Monday, August 15, 2011

Three different gangs in vehicle shooting that killed Jonathan Bacon

Members of at least three different gangs were in the vehicle targeted in a brazen public shooting outside a Kelowna hotel Sunday afternoon, The Vancouver Sun has learned. Red Scorpion gangster Jon Bacon was killed in the targeted attack and Hells Angel Larry Amero was wounded.

But The Sun has learned that members of the Independent Soldiers gang were with Bacon and Amero when masked gunmen opened fire on their Porsche Cayenne as they attempted to leave the parking lot of the Delta Grand Hotel at about 2:45 p.m. Sunday.

One of the IS members was shot and left the crime scene on his own.

The fact that three different gangs were present makes it difficult for investigators to determine if one or all of those shot were the intended target of the hit, Supt. Pat Fogarty said Monday.

Fogarty, of the Combined Forces Special Enforcement Unit, said anti-gang police specialists are gathering as much intelligence as they can about the shooting and any disputes that led up to it.

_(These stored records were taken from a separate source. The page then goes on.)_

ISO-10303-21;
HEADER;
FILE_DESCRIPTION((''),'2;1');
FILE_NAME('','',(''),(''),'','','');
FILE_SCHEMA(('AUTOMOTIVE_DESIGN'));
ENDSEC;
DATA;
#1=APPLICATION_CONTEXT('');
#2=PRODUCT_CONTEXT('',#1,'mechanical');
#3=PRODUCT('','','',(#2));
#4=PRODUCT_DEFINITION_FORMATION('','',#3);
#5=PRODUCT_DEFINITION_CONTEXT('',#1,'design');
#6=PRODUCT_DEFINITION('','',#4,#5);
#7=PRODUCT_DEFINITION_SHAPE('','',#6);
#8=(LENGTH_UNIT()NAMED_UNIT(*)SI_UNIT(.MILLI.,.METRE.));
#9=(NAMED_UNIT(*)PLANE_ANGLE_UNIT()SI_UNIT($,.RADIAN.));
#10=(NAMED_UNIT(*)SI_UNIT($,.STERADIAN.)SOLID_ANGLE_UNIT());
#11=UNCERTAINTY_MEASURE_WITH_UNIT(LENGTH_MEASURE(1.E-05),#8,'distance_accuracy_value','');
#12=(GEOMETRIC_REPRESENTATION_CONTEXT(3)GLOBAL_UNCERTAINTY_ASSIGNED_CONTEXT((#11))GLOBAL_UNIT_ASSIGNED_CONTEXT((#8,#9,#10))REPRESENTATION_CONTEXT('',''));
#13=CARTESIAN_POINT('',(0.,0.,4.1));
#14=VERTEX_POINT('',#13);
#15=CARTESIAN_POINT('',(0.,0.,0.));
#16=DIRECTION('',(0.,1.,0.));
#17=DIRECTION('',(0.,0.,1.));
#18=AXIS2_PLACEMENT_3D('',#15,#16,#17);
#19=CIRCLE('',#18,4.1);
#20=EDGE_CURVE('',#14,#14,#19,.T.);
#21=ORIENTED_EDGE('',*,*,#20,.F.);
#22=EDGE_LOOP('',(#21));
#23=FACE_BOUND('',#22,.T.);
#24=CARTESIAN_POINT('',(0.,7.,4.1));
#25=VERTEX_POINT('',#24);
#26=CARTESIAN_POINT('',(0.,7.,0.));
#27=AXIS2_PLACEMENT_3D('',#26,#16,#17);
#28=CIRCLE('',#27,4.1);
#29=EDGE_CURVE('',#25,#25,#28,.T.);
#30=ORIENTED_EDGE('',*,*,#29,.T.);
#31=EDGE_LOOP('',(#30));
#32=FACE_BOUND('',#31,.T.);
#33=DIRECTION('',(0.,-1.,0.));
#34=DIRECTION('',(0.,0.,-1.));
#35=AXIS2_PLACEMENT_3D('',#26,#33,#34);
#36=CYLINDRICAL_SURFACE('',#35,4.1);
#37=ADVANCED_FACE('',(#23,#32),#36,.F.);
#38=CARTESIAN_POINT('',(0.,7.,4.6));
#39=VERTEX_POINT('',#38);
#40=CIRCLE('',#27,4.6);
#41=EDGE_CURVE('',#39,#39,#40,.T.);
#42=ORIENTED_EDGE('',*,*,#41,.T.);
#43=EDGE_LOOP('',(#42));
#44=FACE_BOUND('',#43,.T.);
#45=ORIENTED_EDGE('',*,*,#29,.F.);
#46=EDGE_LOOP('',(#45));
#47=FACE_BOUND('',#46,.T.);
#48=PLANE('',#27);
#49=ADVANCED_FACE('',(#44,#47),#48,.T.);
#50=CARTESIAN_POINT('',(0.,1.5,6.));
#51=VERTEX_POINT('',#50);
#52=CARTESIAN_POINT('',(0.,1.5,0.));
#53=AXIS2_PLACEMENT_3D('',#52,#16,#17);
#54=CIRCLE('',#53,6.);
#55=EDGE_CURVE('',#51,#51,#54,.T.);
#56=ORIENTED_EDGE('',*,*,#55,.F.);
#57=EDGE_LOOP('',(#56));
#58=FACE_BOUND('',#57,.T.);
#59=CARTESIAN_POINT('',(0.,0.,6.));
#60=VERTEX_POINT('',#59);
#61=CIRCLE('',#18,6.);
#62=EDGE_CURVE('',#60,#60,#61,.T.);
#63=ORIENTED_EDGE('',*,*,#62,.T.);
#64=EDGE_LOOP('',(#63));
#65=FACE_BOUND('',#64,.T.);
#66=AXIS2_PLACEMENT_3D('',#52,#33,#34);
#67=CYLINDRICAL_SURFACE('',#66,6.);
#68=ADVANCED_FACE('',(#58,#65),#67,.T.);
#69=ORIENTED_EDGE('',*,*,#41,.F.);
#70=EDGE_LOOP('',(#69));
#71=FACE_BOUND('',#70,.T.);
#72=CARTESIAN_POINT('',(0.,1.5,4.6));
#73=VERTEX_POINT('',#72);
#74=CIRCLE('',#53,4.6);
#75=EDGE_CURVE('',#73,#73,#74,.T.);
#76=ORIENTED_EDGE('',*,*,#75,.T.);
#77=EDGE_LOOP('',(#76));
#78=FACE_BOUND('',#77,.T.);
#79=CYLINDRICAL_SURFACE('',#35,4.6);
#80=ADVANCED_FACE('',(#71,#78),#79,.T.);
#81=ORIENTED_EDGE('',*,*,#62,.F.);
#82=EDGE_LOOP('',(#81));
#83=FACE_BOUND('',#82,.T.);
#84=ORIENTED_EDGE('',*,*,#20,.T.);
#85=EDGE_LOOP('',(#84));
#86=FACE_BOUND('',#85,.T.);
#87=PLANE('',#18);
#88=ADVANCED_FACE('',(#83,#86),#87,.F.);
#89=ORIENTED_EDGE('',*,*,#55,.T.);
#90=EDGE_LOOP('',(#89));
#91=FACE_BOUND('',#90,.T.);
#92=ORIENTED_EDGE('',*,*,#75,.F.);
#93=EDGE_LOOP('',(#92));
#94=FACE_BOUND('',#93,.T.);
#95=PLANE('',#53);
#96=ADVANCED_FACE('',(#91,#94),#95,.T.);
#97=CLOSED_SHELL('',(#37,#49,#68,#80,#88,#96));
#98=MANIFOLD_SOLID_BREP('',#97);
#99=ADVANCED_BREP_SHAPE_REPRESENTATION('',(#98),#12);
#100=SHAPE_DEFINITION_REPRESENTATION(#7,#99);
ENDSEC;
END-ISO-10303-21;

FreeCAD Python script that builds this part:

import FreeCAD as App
import Part
import Sketcher

doc = App.newDocument("Part")
body = doc.addObject("PartDesign::Body", "Body")

# Sketch on XZ plane
sketch1 = body.newObject("Sketcher::SketchObject", "Sketch")
sketch1.AttachmentSupport = (doc.getObject("XZ_Plane"), [""])
sketch1.MapMode = "FlatFace"
sketch1.addGeometry([
    Part.Circle(App.Vector(0, 0, 0), App.Vector(0, 0, 1), 4.6),
    Part.Circle(App.Vector(0, 0, 0), App.Vector(0, 0, 1), 4.1),
], False)
sketch1.addConstraint([
    Sketcher.Constraint("Coincident", 0, 3, -1, 1),
    Sketcher.Constraint("Coincident", 1, 3, -1, 1),
    Sketcher.Constraint("Diameter", 0, 9.2),
    Sketcher.Constraint("Diameter", 1, 8.2),
])
pad1 = body.newObject("PartDesign::Pad", "Pad")
pad1.Profile = sketch1
pad1.Length = 7
pad1.Reversed = True

# Sketch on XZ plane
sketch2 = body.newObject("Sketcher::SketchObject", "Sketch001")
sketch2.AttachmentSupport = (doc.getObject("XZ_Plane"), [""])
sketch2.MapMode = "FlatFace"
sketch2.addGeometry([
    Part.Circle(App.Vector(0, 0, 0), App.Vector(0, 0, 1), 6),
    Part.Circle(App.Vector(0, 0, 0), App.Vector(0, 0, 1), 4.6),
], False)
sketch2.addConstraint([
    Sketcher.Constraint("Coincident", 0, 3, -1, 1),
    Sketcher.Constraint("Coincident", 1, 3, -1, 1),
    Sketcher.Constraint("Diameter", 0, 12.0),
    Sketcher.Constraint("Diameter", 1, 9.2),
])
pad2 = body.newObject("PartDesign::Pad", "Pad001")
pad2.Profile = sketch2
pad2.Length = 1.5
pad2.Reversed = True

doc.recompute()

And he said police around the province are already working to prevent retaliatory shootings.

Fogarty said it would be wrong for investigators to assume that Bacon, the high-profile Abbotsford native linked to gang violence for years, was the intended target of the shooters.

"In the case of this one, we can't say for sure who was the target," Fogarty said.

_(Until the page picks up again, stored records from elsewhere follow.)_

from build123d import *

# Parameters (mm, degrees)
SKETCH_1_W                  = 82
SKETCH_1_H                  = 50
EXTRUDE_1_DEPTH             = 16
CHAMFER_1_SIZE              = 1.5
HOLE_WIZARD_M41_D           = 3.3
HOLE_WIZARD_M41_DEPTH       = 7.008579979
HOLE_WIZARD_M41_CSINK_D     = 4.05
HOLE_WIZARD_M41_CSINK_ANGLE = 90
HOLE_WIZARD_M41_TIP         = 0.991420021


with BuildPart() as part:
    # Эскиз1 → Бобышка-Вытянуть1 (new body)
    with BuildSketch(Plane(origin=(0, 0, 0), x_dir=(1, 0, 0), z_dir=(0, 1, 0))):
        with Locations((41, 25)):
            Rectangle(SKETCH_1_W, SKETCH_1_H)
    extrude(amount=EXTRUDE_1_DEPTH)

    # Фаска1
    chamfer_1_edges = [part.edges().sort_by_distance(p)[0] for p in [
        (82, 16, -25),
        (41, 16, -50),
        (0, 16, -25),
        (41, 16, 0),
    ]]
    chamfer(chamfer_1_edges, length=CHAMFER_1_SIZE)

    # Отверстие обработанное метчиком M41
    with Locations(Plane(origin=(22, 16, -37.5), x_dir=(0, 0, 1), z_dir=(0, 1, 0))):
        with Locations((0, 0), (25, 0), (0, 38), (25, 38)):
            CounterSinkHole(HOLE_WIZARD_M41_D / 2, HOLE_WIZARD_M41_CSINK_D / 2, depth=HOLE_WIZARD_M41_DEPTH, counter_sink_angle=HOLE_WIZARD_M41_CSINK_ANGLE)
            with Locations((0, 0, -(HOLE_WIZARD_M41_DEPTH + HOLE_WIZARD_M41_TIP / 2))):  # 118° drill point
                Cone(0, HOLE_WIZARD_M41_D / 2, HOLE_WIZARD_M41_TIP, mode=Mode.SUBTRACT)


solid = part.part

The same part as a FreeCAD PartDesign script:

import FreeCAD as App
import Part
import Sketcher
from FreeCAD import Vector


def edges_at(feature, points):
    """Names of the edges that pass closest to the given points."""
    edges = feature.Shape.Edges
    near = lambda p: min(range(len(edges)), key=lambda i: edges[i].distToShape(Part.Vertex(*p))[0])
    return sorted({f"Edge{near(p) + 1}" for p in points})


def add_polygon(sketch, points):
    """Adds a closed chain of lines whose ends are joined by coincident constraints."""
    first, n = sketch.GeometryCount, len(points)
    for a, b in zip(points, points[1:] + points[:1]):
        sketch.addGeometry(Part.LineSegment(App.Vector(*a, 0), App.Vector(*b, 0)), False)
    for i in range(n):
        sketch.addConstraint(Sketcher.Constraint("Coincident", first + i, 2, first + (i + 1) % n, 1))

doc = App.newDocument("Part")
params = doc.addObject("Spreadsheet::Sheet", "Params")
for row, (alias, value) in enumerate([
    ("sketch1_width", "82 mm"),
    ("sketch1_height", "50 mm"),
    ("pad1_length", "16 mm"),
    ("chamfer_size", "1.5 mm"),
    ("sketch2_diameter", "3.3 mm"),
    ("hole_diameter", "3.3 mm"),
    ("hole_depth", "7.00858 mm"),
    ("hole_csink_diameter", "4.05 mm"),
], start=1):
    params.set(f"A{row}", alias)
    params.set(f"B{row}", "=" + value)
    params.setAlias(f"B{row}", alias)

body = doc.addObject("PartDesign::Body", "Body")

# Sketch on XZ plane
sketch1 = body.newObject("Sketcher::SketchObject", "Sketch")
sketch1.AttachmentSupport = (doc.getObject("XZ_Plane"), [""])
sketch1.MapMode = "FlatFace"
add_polygon(sketch1, [(0, -50), (0, 0), (82, 0), (82, -50)])  # lines 0-3
sketch1.addConstraint([
    Sketcher.Constraint("Vertical", 0),
    Sketcher.Constraint("Horizontal", 1),
    Sketcher.Constraint("Vertical", 2),
    Sketcher.Constraint("Horizontal", 3),
    Sketcher.Constraint("Coincident", 0, 2, -1, 1),
    Sketcher.Constraint("DistanceX", 1, 1, 1, 2, 82.0),
    Sketcher.Constraint("DistanceY", 0, 1, 0, 2, 50.0),
])
sketch1.setExpression("Constraints[9]", "Params.sketch1_width")
sketch1.setExpression("Constraints[10]", "Params.sketch1_height")
pad1 = body.newObject("PartDesign::Pad", "Pad")
pad1.Profile = sketch1
pad1.setExpression("Length", "Params.pad1_length")
pad1.Reversed = True
doc.recompute()

chamfer = body.newObject("PartDesign::Chamfer", "Chamfer")
chamfer.Base = (pad1, edges_at(pad1, [
    (82, 16, -25),
    (41, 16, -50),
    (0, 16, -25),
    (41, 16, 0),
]))
chamfer.setExpression("Size", "Params.chamfer_size")

# Sketch on XZ plane
sketch2 = body.newObject("Sketcher::SketchObject", "Sketch001")
sketch2.AttachmentSupport = (doc.getObject("XZ_Plane"), [""])
sketch2.MapMode = "FlatFace"
sketch2.AttachmentOffset = App.Placement(Vector(0, 0, -16), App.Rotation())
sketch2.addGeometry([
    Part.Circle(Vector(22, -37.5, 0), Vector(0, 0, 1), 1.6),
    Part.Circle(Vector(22, -12.5, 0), Vector(0, 0, 1), 1.6),
    Part.Circle(Vector(60, -37.5, 0), Vector(0, 0, 1), 1.6),
    Part.Circle(Vector(60, -12.5, 0), Vector(0, 0, 1), 1.6),
], False)
sketch2.addConstraint([
    Sketcher.Constraint("Equal", 0, 1),
    Sketcher.Constraint("Equal", 1, 2),
    Sketcher.Constraint("Equal", 2, 3),
    Sketcher.Constraint("Horizontal", 0, 3, 2, 3),
    Sketcher.Constraint("Horizontal", 1, 3, 3, 3),
    Sketcher.Constraint("Vertical", 0, 3, 1, 3),
    Sketcher.Constraint("Vertical", 2, 3, 3, 3),
    Sketcher.Constraint("Diameter", 0, 3.3),
    Sketcher.Constraint("DistanceX", -1, 1, 0, 3, 22.0),
    Sketcher.Constraint("DistanceX", -1, 1, 2, 3, 60.0),
    Sketcher.Constraint("DistanceY", 0, 3, 1, 3, 25.0),
    Sketcher.Constraint("DistanceY", 0, 3, -1, 1, 37.5),
])
sketch2.setExpression("Constraints[7]", "Params.sketch2_diameter")
doc.recompute()
hole = body.newObject("PartDesign::Hole", "Hole")
hole.Profile = sketch2
hole.ThreadType = "None"
hole.setExpression("Diameter", "Params.hole_diameter")
hole.DepthType = "Dimension"
hole.setExpression("Depth", "Params.hole_depth")
hole.DrillPoint = "Angled"
hole.DrillPointAngle = 118
hole.HoleCutType = "Countersink"
hole.setExpression("HoleCutDiameter", "Params.hole_csink_diameter")
hole.HoleCutCountersinkAngle = 90
hole.Reversed = True

doc.recompute()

"It is not surprising that any of the people in in the car - particularly the men - would be targeted. This is not a shocker for us."

But he said the public should not be concerned about tit-for-tat retribution because police are constantly working to get ahead of plots to target rivals.

"If the public only realized how many of these we get in front of," Fogarty said. "This one slipped through the net."

He said any gangsters that are assertive in the criminal underworld "are going to piss people off."

Despite the drain on resources from working to foil plots, police will do whatever they can to stem further violence, Fogarty said.

Police will pick up people on outstanding warrants or lesser charges to get them off the streets when things are volatile, he said.

And they will also do "duty to warns" - where they knock on the door of gangsters believed to be at risk and tell them someone is plotting to do them harm.

But Fogarty said there is nothing like the "fluidity of gangs and gangsters in this province."

People who are allies one day are enemies the next, he said, which is why people with three different gang tags would be riding around Kelowna together.

"This is clearly an alliance of people that we would not have seen together a couple of years ago," he said.

Fogarty said that as soon as he heard about the shooting, he put together a provincial response plan as the Kelowna investigators began their search for suspects.

"We are more concerned about getting the intelligence flowing," Fogarty said. "If there is any, what kind of fallout will there be?"

He said the shooting of a full-patch Hells Angels shows that other criminals don't fear the biker gang the way they once did.

"Not that many people are afraid of them any more," he said.

He said there are "testosterone-fuelled young bucks" out there willing to commit violent acts like Sunday's shooting.

"That is the way it is now," he said. "This is a particularly serious one - you are slapping the Hells Angels in the face."

Kelowna RCMP Const. Steve Holmes will provide an update on the shooting investigation later Monday. Police have still not officially identified the slain man as Bacon, a former Abbotsford man who was out on bail on gun and drug charges when he was shot to death.

Nor have police confirmed that a vehicle that was found torched later Sunday near Kelowna may have a link to the shooting suspects.

Vancouver Hospital implemented heightened security for several hours Monday morning after a patient with "gang affiliations" was being treated. But that security alert was later lifted.